A formal language specification is - from my layperson's PoV (and I can easily get some expert opinion to be sure) - orders of magnitude easier to articulate than a formal proof of implementation correctness of the language itself.

Can you please cite some sources where I can educate myself further ? I assume the RustBelt link you pointed to sheds more light on this subject matter - specifically the aim to keep the language specification and the formal verification in some sort of coupling ? Thanks.

Overall - what I'm learning - and meaning to relay here - from professional exposure to the safety critical ecosystem, from the PoV of a processor IP silicon designer is that unless there is a practical path to a language specification we may have a very hard time convincing the process lobby (ISO26262, ISO61508) to consider using Rust in domains that seem to be the ideal fit for it from a technical merit PoV.

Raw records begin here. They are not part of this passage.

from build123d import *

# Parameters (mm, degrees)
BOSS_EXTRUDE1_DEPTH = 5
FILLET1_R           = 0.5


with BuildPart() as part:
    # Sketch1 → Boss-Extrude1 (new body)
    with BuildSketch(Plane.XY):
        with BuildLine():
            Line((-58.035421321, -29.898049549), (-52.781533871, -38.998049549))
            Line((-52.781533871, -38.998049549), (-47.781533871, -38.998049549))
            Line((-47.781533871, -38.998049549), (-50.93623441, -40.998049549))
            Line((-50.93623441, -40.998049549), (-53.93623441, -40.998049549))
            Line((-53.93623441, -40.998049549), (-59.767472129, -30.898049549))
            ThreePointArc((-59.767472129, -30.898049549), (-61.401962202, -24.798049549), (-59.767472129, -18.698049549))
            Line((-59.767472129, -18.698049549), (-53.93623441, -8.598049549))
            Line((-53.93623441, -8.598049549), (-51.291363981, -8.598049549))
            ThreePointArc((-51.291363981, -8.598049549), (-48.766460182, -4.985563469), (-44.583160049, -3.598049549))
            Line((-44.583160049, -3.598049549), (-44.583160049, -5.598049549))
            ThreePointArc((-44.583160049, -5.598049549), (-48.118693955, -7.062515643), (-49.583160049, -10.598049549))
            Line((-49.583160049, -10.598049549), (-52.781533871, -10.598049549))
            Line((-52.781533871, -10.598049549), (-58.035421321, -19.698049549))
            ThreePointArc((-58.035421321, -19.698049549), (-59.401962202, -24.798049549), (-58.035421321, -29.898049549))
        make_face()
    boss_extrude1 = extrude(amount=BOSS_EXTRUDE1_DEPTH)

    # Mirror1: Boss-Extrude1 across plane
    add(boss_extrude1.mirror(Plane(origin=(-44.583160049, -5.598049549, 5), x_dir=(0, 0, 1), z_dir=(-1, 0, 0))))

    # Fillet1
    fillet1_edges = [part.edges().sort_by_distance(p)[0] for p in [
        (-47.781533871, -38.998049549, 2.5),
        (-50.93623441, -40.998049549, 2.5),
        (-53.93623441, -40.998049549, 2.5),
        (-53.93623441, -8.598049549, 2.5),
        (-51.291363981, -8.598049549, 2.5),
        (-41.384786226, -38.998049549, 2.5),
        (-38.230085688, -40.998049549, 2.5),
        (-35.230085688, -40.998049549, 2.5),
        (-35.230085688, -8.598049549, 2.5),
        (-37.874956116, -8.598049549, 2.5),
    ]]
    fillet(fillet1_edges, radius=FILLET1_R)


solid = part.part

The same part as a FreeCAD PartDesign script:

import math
import FreeCAD as App
import Part
import Sketcher
Q = App.Units.Quantity


def edges_at(feature, points):
    """Names of the edges that pass closest to the given points."""
    edges = feature.Shape.Edges
    near = lambda p: min(range(len(edges)), key=lambda i: edges[i].distToShape(Part.Vertex(*p))[0])
    return sorted({f"Edge{near(p) + 1}" for p in points})

doc = App.newDocument("Part")
body = doc.addObject("PartDesign::Body", "Body")

# Sketch on XY plane
sketch1 = body.newObject("Sketcher::SketchObject", "Sketch")
sketch1.AttachmentSupport = (doc.getObject("XY_Plane"), [""])
sketch1.MapMode = "FlatFace"
sketch1.addGeometry([
    Part.LineSegment(App.Vector(-52.781534, -38.99805, 0), App.Vector(-58.035421, -29.89805, 0)),  # 0
    Part.ArcOfCircle(Part.Circle(App.Vector(-49.201962, -24.79805, 0), App.Vector(0, 0, 1), 10.2), math.radians(150), math.radians(210)),  # 1
    Part.LineSegment(App.Vector(-58.035421, -19.69805, 0), App.Vector(-52.781534, -10.59805, 0)),  # 2
    Part.LineSegment(App.Vector(-52.781534, -10.59805, 0), App.Vector(-49.58316, -10.59805, 0)),  # 3
    Part.ArcOfCircle(Part.Circle(App.Vector(-44.58316, -10.59805, 0), App.Vector(0, 0, 1), 5), math.radians(90), math.radians(180)),  # 4
    Part.LineSegment(App.Vector(-44.58316, -5.59805, 0), App.Vector(-44.58316, -3.59805, 0)),  # 5
    Part.ArcOfCircle(Part.Circle(App.Vector(-44.58316, -10.59805, 0), App.Vector(0, 0, 1), 7), math.radians(90), math.radians(163.39845)),  # 6
    Part.LineSegment(App.Vector(-51.291364, -8.59805, 0), App.Vector(-53.936234, -8.59805, 0)),  # 7
    Part.LineSegment(App.Vector(-53.936234, -8.59805, 0), App.Vector(-59.767472, -18.69805, 0)),  # 8
    Part.ArcOfCircle(Part.Circle(App.Vector(-49.201962, -24.79805, 0), App.Vector(0, 0, 1), 12.2), math.radians(150), math.radians(210)),  # 9
    Part.LineSegment(App.Vector(-59.767472, -30.89805, 0), App.Vector(-53.936234, -40.99805, 0)),  # 10
    Part.LineSegment(App.Vector(-53.936234, -40.99805, 0), App.Vector(-50.936234, -40.99805, 0)),  # 11
    Part.LineSegment(App.Vector(-50.936234, -40.99805, 0), App.Vector(-47.781534, -38.99805, 0)),  # 12
    Part.LineSegment(App.Vector(-47.781534, -38.99805, 0), App.Vector(-52.781534, -38.99805, 0)),  # 13
], False)
sketch1.addConstraint([
    Sketcher.Constraint("Tangent", 0, 2, 1, 2),
    Sketcher.Constraint("Tangent", 1, 1, 2, 1),
    Sketcher.Constraint("Coincident", 2, 2, 3, 1),
    Sketcher.Constraint("Coincident", 3, 2, 4, 2),
    Sketcher.Constraint("Coincident", 4, 1, 5, 1),
    Sketcher.Constraint("Coincident", 5, 2, 6, 1),
    Sketcher.Constraint("Coincident", 6, 2, 7, 1),
    Sketcher.Constraint("Coincident", 7, 2, 8, 1),
    Sketcher.Constraint("Tangent", 8, 2, 9, 1),
    Sketcher.Constraint("Tangent", 9, 2, 10, 1),
    Sketcher.Constraint("Coincident", 10, 2, 11, 1),
    Sketcher.Constraint("Coincident", 11, 2, 12, 1),
    Sketcher.Constraint("Coincident", 12, 2, 13, 1),
    Sketcher.Constraint("Coincident", 13, 2, 0, 1),
    Sketcher.Constraint("Horizontal", 3),
    Sketcher.Constraint("Vertical", 5),
    Sketcher.Constraint("Horizontal", 7),
    Sketcher.Constraint("Horizontal", 11),
    Sketcher.Constraint("Horizontal", 13),
    Sketcher.Constraint("Coincident", 6, 3, 4, 3),
    Sketcher.Constraint("Coincident", 9, 3, 1, 3),
    Sketcher.Constraint("Parallel", 2, 8),
    Sketcher.Constraint("Parallel", 0, 10),
    Sketcher.Constraint("Horizontal", 6, 3, 2, 2),
    Sketcher.Constraint("Vertical", 0, 2, 1, 1),
    Sketcher.Constraint("Vertical", 6, 3, 4, 1),
    Sketcher.Constraint("Vertical", 7, 2, 10, 2),
    Sketcher.Constraint("Vertical", 2, 2, 13, 2),
    Sketcher.Constraint("Radius", 4, Q("5 mm")),
    Sketcher.Constraint("Radius", 6, Q("7 mm")),
    Sketcher.Constraint("Radius", 1, Q("10.2 mm")),
    Sketcher.Constraint("Radius", 9, Q("12.2 mm")),
    Sketcher.Constraint("DistanceX", 11, 1, 11, 2, Q("3 mm")),
    Sketcher.Constraint("DistanceX", 13, 2, 13, 1, Q("5 mm")),
    Sketcher.Constraint("Angle", 0, Q("120 deg")),
    Sketcher.Constraint("DistanceY", 2, 2, 6, 2, Q("2 mm")),
    Sketcher.Constraint("DistanceY", 1, 3, 4, 3, Q("14.2 mm")),
    Sketcher.Constraint("DistanceX", 7, 2, 7, 1, Q("2.64487 mm")),
    Sketcher.Constraint("DistanceY", 1, 3, -1, 1, Q("24.79805 mm")),
    Sketcher.Constraint("DistanceX", 4, 3, -1, 1, Q("44.58316 mm")),
])
pad1 = body.newObject("PartDesign::Pad", "Pad")
pad1.Profile = sketch1
pad1.Length = 5
doc.recompute()

datumplane = body.newObject("PartDesign::Plane", "DatumPlane")
datumplane.AttachmentSupport = (doc.getObject("YZ_Plane"), [""])
datumplane.MapMode = "FlatFace"
datumplane.AttachmentOffset = App.Placement(App.Vector(0, 0, -44.58316), App.Rotation())
mirrored = body.newObject("PartDesign::Mirrored", "Mirrored")
mirrored.Originals = [pad1]
mirrored.MirrorPlane = (datumplane, [""])
body.Tip = mirrored
doc.recompute()

fillet = body.newObject("PartDesign::Fillet", "Fillet")
fillet.Base = (mirrored, edges_at(mirrored, [
    (-47.782, -38.998, 2.5),
    (-50.936, -40.998, 2.5),
    (-53.936, -40.998, 2.5),
    (-53.936, -8.598, 2.5),
    (-51.291, -8.598, 2.5),
    (-41.385, -38.998, 2.5),
    (-38.23, -40.998, 2.5),
    (-35.23, -40.998, 2.5),
    (-35.23, -8.598, 2.5),
    (-37.875, -8.598, 2.5),
]))
fillet.Radius = 0.5

doc.recompute()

It's purely about the formal spec. The idea that we haven't put much effort into a spec at all yet while the formal stuff is ongoing is more of a general attitude of the team, it's not a written-down policy.

A formal language specification is from my layperson’s PoV (and I can easily get some expert opinion to be sure) - orders of magnitude easier to articulate than a formal proof of implementation correctness of the language itself.

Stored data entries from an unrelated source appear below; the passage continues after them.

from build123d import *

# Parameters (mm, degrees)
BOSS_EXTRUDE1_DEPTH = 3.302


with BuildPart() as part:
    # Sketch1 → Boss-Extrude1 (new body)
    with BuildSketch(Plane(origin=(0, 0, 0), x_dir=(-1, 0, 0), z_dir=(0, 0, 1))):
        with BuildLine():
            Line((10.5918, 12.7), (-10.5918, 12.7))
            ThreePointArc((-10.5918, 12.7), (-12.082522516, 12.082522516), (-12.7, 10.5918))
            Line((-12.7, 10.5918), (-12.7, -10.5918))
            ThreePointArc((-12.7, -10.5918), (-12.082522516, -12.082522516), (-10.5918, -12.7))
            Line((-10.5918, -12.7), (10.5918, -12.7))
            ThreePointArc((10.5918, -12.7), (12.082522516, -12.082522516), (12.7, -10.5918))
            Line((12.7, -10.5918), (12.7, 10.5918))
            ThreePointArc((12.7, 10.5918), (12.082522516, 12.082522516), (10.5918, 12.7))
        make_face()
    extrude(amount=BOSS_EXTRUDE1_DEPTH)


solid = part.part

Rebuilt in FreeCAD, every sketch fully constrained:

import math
import FreeCAD as App
import Part
import Sketcher

V = App.Vector
Q = App.Units.Quantity

doc = App.newDocument("Part")
body = doc.addObject("PartDesign::Body", "Body")

# Sketch on XY plane
sketch1 = body.newObject("Sketcher::SketchObject", "Sketch")
sketch1.AttachmentSupport = (doc.getObject("XY_Plane"), [""])
sketch1.MapMode = "FlatFace"
sketch1.addGeometry([
    Part.LineSegment(V(-10.6, -12.7, 0), V(10.6, -12.7, 0)),  # 0
    Part.ArcOfCircle(Part.Circle(V(10.6, -10.6, 0), V(0, 0, 1), 2.1), math.radians(-90), math.radians(0)),  # 1
    Part.LineSegment(V(12.7, -10.6, 0), V(12.7, 10.6, 0)),  # 2
    Part.ArcOfCircle(Part.Circle(V(10.6, 10.6, 0), V(0, 0, 1), 2.1), math.radians(0), math.radians(90)),  # 3
    Part.LineSegment(V(10.6, 12.7, 0), V(-10.6, 12.7, 0)),  # 4
    Part.ArcOfCircle(Part.Circle(V(-10.6, 10.6, 0), V(0, 0, 1), 2.1), math.radians(90), math.radians(180)),  # 5
    Part.LineSegment(V(-12.7, 10.6, 0), V(-12.7, -10.6, 0)),  # 6
    Part.ArcOfCircle(Part.Circle(V(-10.6, -10.6, 0), V(0, 0, 1), 2.1), math.radians(180), math.radians(270)),  # 7
], False)
sketch1.addConstraint([
    Sketcher.Constraint("Tangent", 0, 2, 1, 1),
    Sketcher.Constraint("Tangent", 1, 2, 2, 1),
    Sketcher.Constraint("Tangent", 2, 2, 3, 1),
    Sketcher.Constraint("Tangent", 3, 2, 4, 1),
    Sketcher.Constraint("Tangent", 4, 2, 5, 1),
    Sketcher.Constraint("Tangent", 5, 2, 6, 1),
    Sketcher.Constraint("Tangent", 6, 2, 7, 1),
    Sketcher.Constraint("Tangent", 7, 2, 0, 1),
    Sketcher.Constraint("Horizontal", 0),
    Sketcher.Constraint("Vertical", 2),
    Sketcher.Constraint("Horizontal", 4),
    Sketcher.Constraint("Vertical", 6),
    Sketcher.Constraint("Equal", 1, 3),
    Sketcher.Constraint("Equal", 3, 5),
    Sketcher.Constraint("Equal", 5, 7),
    Sketcher.Constraint("Symmetric", 1, 3, 5, 3, -1, 1),
    Sketcher.Constraint("Equal", 4, 2),
    Sketcher.Constraint("Radius", 1, Q("0.083 in")),
    Sketcher.Constraint("DistanceY", 0, 2, -1, 1, Q("0.5 in")),
])
pad1 = body.newObject("PartDesign::Pad", "Pad")
pad1.Profile = sketch1
pad1.Length = Q("0.13 in")

doc.recompute()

Sure. Rust cares far more about stability than many other languages do; when we make a guarantee, we make it. Currently, forever. If we laid out a spec now, but then found out that it was incorrect, that'd be pretty bad. We don't intend to make significant breaking changes to Rust ever. As such, there are some areas that are under-specified to give us some wiggle room while we sort things out.

Overall - what I’m learning - and meaning to relay here - from professional exposure to the safety critical ecosystem, from the PoV of a processor IP silicon designer is that unless there is a practical path to a language specification we may have a very hard time convincing the process lobby (ISO26262, ISO61508) to consider using Rust in domains that seem to be the ideal fit for it from a technical merit PoV.

Yes, I totally understand this. We're just not that mature yet. These things take time. C was first implemented in 1972. K&R, a sort of informal first spec, came out in 1978. In 1983, ANSI became interested in developing a spec, and it wasn't finalized until 1989. That's six years for an informal spec, six years of active work towards a real spec. Rust is only three years old.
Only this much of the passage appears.